Reddit is a popular place for AI companies to scrape, thanks to the large quantity of user-generated content on a vast array of subjects. Reddit has signed a deal with Google allowing the company to use the site’s content, but other companies appear to be continuing their efforts to scrape the site.

The company says it will make changes to address the issue.

In the coming weeks, we’ll update our Robots Exclusion Protocol (robots.txt file), which gives high-level instructions about how we do and don’t allow Reddit to be crawled by third parties. Along with our updated robots.txt file, we will continue rate-limiting and/or blocking unknown bots and crawlers from accessing reddit.com. This update shouldn’t impact the vast majority of folks who use and enjoy Reddit. Good faith actors – like researchers and organizations such as the Internet Archive – will continue to have access to Reddit content for non-commercial use.

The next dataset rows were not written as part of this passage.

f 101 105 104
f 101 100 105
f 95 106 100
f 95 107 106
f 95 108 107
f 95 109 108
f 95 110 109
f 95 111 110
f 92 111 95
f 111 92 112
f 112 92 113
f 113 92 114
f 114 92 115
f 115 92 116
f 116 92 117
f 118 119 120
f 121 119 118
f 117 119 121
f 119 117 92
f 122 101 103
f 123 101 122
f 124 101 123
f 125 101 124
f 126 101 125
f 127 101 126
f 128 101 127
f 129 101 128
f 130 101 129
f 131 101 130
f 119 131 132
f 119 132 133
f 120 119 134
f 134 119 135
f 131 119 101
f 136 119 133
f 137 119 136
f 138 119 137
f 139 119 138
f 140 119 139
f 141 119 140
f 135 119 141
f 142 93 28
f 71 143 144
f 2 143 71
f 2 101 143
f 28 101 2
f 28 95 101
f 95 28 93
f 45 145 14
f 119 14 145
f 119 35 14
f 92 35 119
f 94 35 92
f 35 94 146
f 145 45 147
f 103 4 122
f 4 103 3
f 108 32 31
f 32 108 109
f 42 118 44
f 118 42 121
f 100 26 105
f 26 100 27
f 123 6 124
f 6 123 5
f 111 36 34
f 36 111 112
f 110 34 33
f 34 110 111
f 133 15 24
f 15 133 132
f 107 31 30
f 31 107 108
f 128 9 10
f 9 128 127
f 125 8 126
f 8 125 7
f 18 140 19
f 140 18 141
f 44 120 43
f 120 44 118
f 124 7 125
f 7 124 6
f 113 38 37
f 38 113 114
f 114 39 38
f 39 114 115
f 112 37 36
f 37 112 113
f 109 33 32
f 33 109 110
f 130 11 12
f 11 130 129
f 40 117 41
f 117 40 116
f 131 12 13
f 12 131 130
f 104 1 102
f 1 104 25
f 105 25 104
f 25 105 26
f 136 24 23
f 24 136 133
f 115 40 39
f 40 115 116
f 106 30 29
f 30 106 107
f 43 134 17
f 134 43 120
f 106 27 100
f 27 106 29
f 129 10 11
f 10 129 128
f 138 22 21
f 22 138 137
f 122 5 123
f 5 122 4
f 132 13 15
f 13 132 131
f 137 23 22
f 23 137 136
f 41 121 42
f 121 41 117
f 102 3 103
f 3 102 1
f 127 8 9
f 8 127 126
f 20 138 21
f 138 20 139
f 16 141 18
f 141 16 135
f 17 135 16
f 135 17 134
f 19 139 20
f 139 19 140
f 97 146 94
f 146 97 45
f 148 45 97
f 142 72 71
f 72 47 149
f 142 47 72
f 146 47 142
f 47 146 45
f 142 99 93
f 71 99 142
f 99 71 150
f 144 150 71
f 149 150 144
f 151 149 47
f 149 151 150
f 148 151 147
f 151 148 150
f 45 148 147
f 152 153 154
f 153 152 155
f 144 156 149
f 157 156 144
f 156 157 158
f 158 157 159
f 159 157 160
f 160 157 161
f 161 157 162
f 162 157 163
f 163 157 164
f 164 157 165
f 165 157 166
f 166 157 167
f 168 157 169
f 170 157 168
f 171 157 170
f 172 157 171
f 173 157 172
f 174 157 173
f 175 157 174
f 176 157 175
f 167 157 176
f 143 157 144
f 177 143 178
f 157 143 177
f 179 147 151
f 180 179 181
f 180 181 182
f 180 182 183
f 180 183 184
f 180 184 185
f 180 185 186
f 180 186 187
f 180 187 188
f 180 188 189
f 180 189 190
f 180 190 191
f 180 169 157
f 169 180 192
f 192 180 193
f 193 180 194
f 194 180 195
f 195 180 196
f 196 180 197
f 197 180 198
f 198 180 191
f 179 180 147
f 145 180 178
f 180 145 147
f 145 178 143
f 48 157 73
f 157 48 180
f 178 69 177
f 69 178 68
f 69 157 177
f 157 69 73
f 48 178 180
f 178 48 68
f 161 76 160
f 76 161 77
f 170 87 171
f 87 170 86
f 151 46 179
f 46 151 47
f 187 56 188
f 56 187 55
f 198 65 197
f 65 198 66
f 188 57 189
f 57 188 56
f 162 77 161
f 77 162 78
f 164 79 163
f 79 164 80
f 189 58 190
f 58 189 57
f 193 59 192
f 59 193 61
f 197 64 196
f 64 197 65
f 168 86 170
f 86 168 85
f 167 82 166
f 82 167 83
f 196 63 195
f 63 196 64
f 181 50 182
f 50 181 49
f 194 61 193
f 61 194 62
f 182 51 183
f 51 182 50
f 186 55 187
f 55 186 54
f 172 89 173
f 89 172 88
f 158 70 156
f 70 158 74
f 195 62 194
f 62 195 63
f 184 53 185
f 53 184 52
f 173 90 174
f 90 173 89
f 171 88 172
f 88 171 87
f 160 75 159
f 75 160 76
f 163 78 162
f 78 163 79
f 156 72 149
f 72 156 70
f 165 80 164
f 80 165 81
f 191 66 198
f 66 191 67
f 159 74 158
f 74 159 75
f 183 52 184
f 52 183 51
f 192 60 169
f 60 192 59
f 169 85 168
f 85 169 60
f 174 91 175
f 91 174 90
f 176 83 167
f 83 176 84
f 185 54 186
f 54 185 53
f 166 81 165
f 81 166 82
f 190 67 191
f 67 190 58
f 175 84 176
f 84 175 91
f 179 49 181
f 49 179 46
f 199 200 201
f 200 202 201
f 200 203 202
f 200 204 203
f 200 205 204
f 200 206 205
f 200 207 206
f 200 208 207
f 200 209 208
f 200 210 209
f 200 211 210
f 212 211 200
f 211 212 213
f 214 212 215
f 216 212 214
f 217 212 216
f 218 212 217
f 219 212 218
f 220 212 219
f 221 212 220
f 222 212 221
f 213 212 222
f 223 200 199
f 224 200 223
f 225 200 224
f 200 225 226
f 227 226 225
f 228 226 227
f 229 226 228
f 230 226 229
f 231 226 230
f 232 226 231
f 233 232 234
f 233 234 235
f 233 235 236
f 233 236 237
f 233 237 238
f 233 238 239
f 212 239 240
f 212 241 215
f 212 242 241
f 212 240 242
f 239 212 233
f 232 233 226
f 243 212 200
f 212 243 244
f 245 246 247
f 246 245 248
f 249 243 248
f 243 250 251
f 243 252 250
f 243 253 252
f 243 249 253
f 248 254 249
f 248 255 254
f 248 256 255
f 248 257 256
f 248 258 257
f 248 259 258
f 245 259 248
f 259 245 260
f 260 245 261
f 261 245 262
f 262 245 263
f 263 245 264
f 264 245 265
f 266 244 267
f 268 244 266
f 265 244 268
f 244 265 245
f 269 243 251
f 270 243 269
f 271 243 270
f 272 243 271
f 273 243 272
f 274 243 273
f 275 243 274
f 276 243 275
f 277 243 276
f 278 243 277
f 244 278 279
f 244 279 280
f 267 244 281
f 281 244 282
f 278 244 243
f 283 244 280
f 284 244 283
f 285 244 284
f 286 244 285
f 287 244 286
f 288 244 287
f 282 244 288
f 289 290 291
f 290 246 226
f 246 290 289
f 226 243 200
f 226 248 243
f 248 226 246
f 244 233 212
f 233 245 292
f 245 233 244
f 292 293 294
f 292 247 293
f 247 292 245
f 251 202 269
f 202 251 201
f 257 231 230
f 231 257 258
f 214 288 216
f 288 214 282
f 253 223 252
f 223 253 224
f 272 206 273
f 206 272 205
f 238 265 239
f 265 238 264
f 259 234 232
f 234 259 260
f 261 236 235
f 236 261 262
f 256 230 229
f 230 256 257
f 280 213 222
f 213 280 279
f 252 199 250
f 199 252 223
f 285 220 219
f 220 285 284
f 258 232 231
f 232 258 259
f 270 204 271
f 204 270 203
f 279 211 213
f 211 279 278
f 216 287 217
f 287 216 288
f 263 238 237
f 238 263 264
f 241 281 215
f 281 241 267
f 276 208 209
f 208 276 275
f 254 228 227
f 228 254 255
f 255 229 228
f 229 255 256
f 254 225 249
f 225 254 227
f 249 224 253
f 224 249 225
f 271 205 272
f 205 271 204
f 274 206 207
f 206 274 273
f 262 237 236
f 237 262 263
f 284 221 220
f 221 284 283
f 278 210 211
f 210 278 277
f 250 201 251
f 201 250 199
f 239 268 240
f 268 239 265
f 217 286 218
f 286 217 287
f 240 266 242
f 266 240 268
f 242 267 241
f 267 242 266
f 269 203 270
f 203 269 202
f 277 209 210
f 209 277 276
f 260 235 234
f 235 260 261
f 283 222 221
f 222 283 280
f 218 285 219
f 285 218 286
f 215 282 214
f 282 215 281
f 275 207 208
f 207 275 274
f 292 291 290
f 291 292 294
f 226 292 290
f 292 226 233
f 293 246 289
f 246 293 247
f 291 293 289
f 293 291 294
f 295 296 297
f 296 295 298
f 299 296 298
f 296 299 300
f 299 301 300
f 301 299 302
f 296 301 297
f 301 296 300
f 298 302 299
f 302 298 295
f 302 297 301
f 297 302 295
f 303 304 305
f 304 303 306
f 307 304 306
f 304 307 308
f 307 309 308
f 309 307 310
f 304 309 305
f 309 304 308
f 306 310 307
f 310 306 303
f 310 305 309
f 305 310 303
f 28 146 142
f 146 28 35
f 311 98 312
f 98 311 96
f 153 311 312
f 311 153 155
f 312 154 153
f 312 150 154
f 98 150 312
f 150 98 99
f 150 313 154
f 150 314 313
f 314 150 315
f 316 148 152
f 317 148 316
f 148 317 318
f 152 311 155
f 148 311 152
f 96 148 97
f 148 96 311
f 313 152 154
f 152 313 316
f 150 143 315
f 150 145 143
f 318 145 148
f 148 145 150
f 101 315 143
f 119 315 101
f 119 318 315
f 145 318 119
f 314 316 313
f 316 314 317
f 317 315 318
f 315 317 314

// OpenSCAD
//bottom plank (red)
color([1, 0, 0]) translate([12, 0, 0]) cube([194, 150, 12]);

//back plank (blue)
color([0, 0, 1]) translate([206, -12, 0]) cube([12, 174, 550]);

Mark Graham, Director, Wayback Machine at Internet Archive, praised Reddit’s position.

“The Internet Archive is grateful that Reddit appreciates the importance of helping to ensure the digital records of our times are archived and preserved for future generations to enjoy and learn from,” said Graham. “Working in collaboration with Reddit we will continue to record and make available archives of Reddit, along with the hundreds of millions of URLs from other sites we archive every day.”

Reddit emphasized that organizations must abide by its policies.